Tuesday, November 17, 2009

Scotland in November

Glencoe is my favourite car journey on earth.

Last week I was able to make the journey for the first time in several years, on a crisp November day that blended blinding winter sunshine with thick blankets of fog.

It was an unusual route for me, not starting from Edinburgh or Glasgow. Instead it was north from Fife, cutting west at Perth on the Loch Earn road. Socked in fog all the way down the valley with nothing but the babbling stream for company, we finally emerged after St Fillans down the side of Loch Earn itself into the blazing sunshine.

Looking south across Loch Earn, with the late morning sun lighting up trailing wisps of fog.


Turning back the way we came, this is east down Loch Earn with St Fillans eclipsed, and a think finger of fog floating west over the loch.


Back in the car, and further on we’re back into the fog, and then north through Crianlarich with the amazing scenery hidden behind an impenetrable veil. A few miles on at Tyndrum, the perishingly cold car park at the obligatory Green Welly Stop is just starting to hint that there are hills around.


The edge of Tyndrum sees the weather break again, and up here it turns out to be freezing fog, with all the trees within eyesight encased in a dense layer of frost.


Plants closer to the ground have really been getting the treatment.


Free of the fog and making the turn for Glencoe, there’s time for one last look back at Tyndrum, sitting encased in the cold.


Here, nearly three hours in, the proper journey begins. Dragging up the endless hill from Tyndrum, you immediately feel tiny skirting the immense wall that is Beinn Dorain. Then it’s on to a crest, cruising past Loch Tulla, and the train line departs on a massive detour (it can’t make the grades to come) – clanking across the little bridge, a sweeping bend, and now we’re really clambering hard up the side of a slope, until we reach the viewpoint short of the top.

Jumping out here (seriously windy, but not as cold as it was), the view is epic back towards Beinn Dorain and the loch.


This view always reminds me that I had the motorbike through Glencoe once – I remember driving back towards Tyndrum, waiting forever to get past a long line of cars and carvans, and finally making it past the last of them on the hill further down from this viewpoint – sweeping around the bend at the bottom, and then charging out ahead of everyone, thudding across the bridge (lower left in the picture above), and whistling away across the moor alone. Still the three best minutes of my motorcycling life.


Back in the car and beyond the viewpoint, the top of the hill takes you on to Rannoch Moor. No matter how many times I come over that rise, it is always like landing on the moon – one of the most desolate, bleak and awe-inspiring places I know.

A few miles across the moor and Buachaille Etive Mòr rears up - a heaving cone of rock marking the start of Glencoe proper.


The road skates around Buachaille Etive Mòr, and into the glen.
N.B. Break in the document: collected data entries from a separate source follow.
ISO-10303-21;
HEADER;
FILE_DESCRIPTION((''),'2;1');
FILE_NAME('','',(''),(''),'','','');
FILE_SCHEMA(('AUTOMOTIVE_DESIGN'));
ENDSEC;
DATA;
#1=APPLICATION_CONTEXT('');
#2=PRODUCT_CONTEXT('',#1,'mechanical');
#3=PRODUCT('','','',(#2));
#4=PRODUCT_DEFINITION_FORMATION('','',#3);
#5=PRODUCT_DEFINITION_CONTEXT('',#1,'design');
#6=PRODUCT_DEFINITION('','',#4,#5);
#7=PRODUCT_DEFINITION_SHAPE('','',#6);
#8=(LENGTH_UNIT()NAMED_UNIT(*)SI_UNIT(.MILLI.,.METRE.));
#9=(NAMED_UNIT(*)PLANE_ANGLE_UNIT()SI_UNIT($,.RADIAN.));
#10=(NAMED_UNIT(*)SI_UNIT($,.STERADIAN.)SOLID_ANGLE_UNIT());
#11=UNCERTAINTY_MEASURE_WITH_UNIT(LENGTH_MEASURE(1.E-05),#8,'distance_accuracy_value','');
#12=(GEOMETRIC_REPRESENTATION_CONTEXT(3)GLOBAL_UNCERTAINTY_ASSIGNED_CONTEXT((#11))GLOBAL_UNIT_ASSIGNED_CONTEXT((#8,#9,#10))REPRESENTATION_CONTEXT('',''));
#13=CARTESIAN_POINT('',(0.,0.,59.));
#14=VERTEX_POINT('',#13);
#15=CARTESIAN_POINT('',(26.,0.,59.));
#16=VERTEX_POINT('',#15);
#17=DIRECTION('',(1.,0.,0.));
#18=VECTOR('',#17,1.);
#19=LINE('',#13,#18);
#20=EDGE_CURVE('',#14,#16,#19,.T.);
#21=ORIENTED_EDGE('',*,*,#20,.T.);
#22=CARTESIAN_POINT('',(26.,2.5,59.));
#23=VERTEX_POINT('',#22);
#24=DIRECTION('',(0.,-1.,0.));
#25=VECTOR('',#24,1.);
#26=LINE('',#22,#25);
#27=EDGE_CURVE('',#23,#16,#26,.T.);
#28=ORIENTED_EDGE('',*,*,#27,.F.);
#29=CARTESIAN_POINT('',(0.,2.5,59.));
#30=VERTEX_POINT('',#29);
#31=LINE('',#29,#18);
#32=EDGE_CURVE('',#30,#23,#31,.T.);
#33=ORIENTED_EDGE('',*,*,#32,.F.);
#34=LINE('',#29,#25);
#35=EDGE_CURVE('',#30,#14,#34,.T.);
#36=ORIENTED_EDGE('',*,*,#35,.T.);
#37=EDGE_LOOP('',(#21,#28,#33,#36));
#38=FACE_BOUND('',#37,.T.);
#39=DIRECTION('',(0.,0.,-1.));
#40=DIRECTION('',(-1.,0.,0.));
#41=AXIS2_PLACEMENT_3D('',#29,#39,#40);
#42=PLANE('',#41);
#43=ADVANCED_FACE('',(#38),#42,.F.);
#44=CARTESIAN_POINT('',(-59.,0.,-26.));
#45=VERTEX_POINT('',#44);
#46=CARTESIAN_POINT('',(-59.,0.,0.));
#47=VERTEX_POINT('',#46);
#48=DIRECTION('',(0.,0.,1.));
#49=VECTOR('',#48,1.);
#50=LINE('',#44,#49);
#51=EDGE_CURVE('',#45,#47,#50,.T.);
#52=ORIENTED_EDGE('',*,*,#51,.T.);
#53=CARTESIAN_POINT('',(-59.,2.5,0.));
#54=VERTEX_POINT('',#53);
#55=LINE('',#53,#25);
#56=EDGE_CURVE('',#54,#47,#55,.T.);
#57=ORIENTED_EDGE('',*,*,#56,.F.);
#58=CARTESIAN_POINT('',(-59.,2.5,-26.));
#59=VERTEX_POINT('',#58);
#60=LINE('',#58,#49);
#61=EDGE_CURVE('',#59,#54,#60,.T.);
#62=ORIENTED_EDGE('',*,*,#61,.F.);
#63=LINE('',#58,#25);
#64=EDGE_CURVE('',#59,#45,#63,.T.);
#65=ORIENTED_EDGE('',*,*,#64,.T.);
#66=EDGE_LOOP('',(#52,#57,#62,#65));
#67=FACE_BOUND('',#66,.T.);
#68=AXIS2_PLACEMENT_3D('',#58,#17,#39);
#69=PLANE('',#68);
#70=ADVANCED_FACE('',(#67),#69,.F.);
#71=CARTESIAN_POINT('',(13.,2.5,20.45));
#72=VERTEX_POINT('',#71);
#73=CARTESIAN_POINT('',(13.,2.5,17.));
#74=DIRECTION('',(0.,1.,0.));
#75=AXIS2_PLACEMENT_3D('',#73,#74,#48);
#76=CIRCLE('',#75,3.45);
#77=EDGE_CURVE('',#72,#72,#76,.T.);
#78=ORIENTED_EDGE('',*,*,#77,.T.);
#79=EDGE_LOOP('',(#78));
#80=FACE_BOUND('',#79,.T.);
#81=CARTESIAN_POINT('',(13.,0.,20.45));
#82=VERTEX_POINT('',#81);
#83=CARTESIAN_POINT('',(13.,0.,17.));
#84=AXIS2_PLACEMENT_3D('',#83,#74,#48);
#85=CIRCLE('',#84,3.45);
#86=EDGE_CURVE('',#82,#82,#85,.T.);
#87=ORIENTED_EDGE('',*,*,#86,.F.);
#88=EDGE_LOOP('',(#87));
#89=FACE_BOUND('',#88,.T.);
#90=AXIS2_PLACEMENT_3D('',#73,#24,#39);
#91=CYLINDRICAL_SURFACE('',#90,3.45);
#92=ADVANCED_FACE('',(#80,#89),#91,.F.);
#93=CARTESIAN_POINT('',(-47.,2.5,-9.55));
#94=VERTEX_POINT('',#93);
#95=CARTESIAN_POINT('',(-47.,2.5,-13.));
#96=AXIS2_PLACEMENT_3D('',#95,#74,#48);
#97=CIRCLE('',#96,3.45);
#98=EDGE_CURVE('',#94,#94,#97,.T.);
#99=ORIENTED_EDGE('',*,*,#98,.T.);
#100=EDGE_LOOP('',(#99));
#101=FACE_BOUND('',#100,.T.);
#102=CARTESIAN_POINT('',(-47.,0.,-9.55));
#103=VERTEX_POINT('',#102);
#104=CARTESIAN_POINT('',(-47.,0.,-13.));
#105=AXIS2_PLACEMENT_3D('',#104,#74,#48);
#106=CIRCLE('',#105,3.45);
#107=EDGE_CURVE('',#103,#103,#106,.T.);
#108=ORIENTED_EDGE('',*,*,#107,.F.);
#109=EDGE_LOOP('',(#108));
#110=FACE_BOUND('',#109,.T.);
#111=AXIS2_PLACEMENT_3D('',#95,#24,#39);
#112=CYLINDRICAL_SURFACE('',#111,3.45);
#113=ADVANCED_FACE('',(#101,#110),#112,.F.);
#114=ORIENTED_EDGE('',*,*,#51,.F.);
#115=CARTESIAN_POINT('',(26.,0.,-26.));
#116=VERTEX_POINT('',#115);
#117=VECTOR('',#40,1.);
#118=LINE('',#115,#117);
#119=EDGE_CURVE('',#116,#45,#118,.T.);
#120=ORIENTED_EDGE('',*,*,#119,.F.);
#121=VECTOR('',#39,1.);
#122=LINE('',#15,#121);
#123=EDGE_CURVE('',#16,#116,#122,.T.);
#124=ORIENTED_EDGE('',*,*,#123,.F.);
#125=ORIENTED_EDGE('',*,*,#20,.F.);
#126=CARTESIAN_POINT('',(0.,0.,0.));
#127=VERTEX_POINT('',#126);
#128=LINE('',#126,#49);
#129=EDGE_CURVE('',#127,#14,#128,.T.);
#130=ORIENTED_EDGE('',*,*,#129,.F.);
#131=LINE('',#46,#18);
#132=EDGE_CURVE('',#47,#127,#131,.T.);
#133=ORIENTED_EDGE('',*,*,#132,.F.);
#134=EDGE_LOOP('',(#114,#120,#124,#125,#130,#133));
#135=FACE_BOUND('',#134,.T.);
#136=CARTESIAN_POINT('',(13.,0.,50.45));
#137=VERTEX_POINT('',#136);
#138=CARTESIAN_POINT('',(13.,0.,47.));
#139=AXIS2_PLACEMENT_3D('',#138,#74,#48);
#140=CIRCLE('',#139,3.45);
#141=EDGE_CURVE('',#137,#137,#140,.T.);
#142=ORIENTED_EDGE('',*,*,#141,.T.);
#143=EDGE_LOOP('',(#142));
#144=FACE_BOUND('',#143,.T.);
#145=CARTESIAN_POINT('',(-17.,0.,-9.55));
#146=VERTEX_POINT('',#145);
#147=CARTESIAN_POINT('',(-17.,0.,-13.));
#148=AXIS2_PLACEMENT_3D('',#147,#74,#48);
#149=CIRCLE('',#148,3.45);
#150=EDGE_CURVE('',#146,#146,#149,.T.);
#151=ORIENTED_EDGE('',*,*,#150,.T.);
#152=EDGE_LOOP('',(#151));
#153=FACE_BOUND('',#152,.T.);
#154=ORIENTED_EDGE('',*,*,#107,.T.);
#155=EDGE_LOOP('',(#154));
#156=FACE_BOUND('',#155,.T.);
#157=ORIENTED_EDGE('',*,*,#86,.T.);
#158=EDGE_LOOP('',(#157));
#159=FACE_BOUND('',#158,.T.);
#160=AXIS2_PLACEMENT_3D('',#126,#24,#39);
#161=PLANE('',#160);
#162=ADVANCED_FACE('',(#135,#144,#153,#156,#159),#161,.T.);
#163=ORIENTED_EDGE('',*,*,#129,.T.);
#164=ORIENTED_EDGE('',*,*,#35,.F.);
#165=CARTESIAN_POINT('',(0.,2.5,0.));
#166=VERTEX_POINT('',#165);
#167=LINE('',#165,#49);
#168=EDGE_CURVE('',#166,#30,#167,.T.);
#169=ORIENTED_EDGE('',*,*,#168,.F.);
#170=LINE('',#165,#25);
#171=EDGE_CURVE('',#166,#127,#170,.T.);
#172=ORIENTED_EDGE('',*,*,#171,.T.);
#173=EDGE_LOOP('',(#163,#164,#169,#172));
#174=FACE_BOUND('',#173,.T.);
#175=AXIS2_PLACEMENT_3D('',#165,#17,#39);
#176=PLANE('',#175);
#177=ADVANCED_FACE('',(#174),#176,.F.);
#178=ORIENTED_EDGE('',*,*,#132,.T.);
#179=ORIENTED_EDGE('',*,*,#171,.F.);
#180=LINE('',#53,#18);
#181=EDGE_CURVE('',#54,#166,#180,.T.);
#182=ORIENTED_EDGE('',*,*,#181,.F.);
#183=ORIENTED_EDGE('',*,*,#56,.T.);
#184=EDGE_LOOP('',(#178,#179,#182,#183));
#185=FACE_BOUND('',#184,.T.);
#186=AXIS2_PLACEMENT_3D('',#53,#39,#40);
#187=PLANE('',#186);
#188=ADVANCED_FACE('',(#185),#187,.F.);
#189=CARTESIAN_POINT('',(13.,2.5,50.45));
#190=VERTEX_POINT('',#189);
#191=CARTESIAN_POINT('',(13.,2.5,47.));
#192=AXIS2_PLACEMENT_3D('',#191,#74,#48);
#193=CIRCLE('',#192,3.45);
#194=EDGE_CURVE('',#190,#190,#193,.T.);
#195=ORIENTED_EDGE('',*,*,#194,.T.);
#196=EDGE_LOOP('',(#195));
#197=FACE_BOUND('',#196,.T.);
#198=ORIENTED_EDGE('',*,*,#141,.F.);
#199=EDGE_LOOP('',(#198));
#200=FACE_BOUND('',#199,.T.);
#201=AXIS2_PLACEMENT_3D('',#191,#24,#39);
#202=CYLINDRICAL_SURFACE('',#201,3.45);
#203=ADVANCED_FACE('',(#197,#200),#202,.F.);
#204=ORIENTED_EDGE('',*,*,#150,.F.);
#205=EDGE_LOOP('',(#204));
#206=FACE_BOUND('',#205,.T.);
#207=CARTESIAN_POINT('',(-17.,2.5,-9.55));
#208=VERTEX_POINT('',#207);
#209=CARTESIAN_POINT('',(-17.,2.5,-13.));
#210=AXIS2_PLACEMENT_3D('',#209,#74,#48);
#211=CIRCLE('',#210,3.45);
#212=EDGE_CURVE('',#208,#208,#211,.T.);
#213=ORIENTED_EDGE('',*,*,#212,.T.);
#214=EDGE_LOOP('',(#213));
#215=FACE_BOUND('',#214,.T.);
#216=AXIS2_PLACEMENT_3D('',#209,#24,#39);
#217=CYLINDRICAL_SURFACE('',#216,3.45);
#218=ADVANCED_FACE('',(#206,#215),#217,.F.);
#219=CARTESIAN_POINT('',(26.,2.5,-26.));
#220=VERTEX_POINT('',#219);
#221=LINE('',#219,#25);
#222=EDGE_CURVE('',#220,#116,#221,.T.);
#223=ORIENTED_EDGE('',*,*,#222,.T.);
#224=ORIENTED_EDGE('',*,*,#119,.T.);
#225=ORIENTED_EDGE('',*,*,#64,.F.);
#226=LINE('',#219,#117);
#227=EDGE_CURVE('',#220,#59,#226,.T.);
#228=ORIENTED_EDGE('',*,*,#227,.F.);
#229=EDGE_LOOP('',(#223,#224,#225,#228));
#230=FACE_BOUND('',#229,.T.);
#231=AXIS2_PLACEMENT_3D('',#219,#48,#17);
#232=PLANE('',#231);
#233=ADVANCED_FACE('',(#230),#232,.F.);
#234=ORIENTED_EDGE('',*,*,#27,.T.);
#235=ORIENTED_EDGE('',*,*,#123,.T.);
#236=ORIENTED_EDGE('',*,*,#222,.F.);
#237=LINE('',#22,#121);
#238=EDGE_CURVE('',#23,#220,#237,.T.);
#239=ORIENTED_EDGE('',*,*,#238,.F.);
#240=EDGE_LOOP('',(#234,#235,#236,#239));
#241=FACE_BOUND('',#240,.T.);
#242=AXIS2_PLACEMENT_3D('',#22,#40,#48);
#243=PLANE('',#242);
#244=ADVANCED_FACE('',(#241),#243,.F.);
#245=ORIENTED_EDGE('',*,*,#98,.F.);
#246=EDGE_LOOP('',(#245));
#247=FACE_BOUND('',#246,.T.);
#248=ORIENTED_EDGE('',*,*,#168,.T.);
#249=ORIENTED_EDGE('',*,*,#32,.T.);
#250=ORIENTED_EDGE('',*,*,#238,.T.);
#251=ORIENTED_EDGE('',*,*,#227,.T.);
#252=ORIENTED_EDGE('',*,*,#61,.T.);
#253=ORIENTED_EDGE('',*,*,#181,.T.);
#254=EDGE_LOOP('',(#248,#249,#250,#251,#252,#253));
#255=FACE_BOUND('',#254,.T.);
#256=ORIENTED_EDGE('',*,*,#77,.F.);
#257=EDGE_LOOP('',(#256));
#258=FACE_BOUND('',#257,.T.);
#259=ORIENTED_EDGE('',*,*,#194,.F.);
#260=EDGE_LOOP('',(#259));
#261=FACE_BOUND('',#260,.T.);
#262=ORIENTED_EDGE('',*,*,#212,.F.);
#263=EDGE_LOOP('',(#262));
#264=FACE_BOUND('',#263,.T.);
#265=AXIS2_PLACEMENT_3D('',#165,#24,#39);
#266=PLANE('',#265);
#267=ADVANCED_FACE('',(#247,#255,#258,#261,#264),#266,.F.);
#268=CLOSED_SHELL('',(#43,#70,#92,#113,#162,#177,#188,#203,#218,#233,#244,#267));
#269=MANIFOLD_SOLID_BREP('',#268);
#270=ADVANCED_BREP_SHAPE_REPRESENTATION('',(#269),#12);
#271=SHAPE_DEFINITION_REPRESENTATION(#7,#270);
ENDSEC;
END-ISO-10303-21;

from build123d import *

# Parameters (mm, degrees)
SKETCH_1_R      = 3.45
EXTRUDE_1_DEPTH = 2.5


with BuildPart() as part:
    # 草图1 → 凸台-拉伸1 (new body)
    with BuildSketch(Plane(origin=(0, 0, 0), x_dir=(1, 0, 0), z_dir=(0, 1, 0))):
        Polygon((0, 0), (0, -59), (26, -59), (26, 26), (-59, 26), (-59, 0), align=None)
        with Locations((-47, 13)):
            Circle(SKETCH_1_R, mode=Mode.SUBTRACT)
        with Locations((-17, 13)):
            Circle(SKETCH_1_R, mode=Mode.SUBTRACT)
        with Locations((13, -47)):
            Circle(SKETCH_1_R, mode=Mode.SUBTRACT)
        with Locations((13, -17)):
            Circle(SKETCH_1_R, mode=Mode.SUBTRACT)
    extrude(amount=EXTRUDE_1_DEPTH)


solid = part.part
Glencoe itself is the most monstrous sweeping glen with the road taking cars like toys through it, hemmed in by mountains that become closer and more claustrophobic the further you head west. It’s a daunting and imposing place.


As you come to the most narrow section (the actual pass of Glencoe), you tread carefully down the hairpins and then you are out, easing down across the valley floor to the Atlantic and on to the shore of Loch Leven. Here’s Loch Leven as the sun comes up on a beautiful November morning, the mountains of Glencoe simmering in the clouds.


Often, we stop here – but this time it's pastures further west on our mind, so on we went. A few miles further on, the Corran Ferry plies endlessly forwards and backwards, bridging Loch Linnhe for those that want to head to Ardnamurchan.


If you ever get the chance, you do want to head to the empty and mighty spaces of Ardnamurchan. Here’s the Corran lighthouse at sunset, with the mountains of Ardnamurchan behind.


Past Fort William and the brooding hulk of Ben Nevis, the Road to the Isles begins properly, darting west to Glenfinnan at the ridiculously scenic head of Loch Sheil.

Further on, you move up and over hills again, passing Loch Eilt – which was so still on our mid-day return trip, it was like polished glass.



A few miles further on, we’re finally descending out of the hills for the last time to the sea again, where rough and wild rocky countryside meet several miles of the most amazing tiny silver sandy beaches, and the small islands of Eigg and Rùm peeking out of the rain offshore offset the brooding cloud-shrouded presence in the distance of the Cuillin on Skye.




And here, finally, is where my new favourite hotel is.

1 comment:

Anonymous said...

what a lovely commentary. scotland looks great.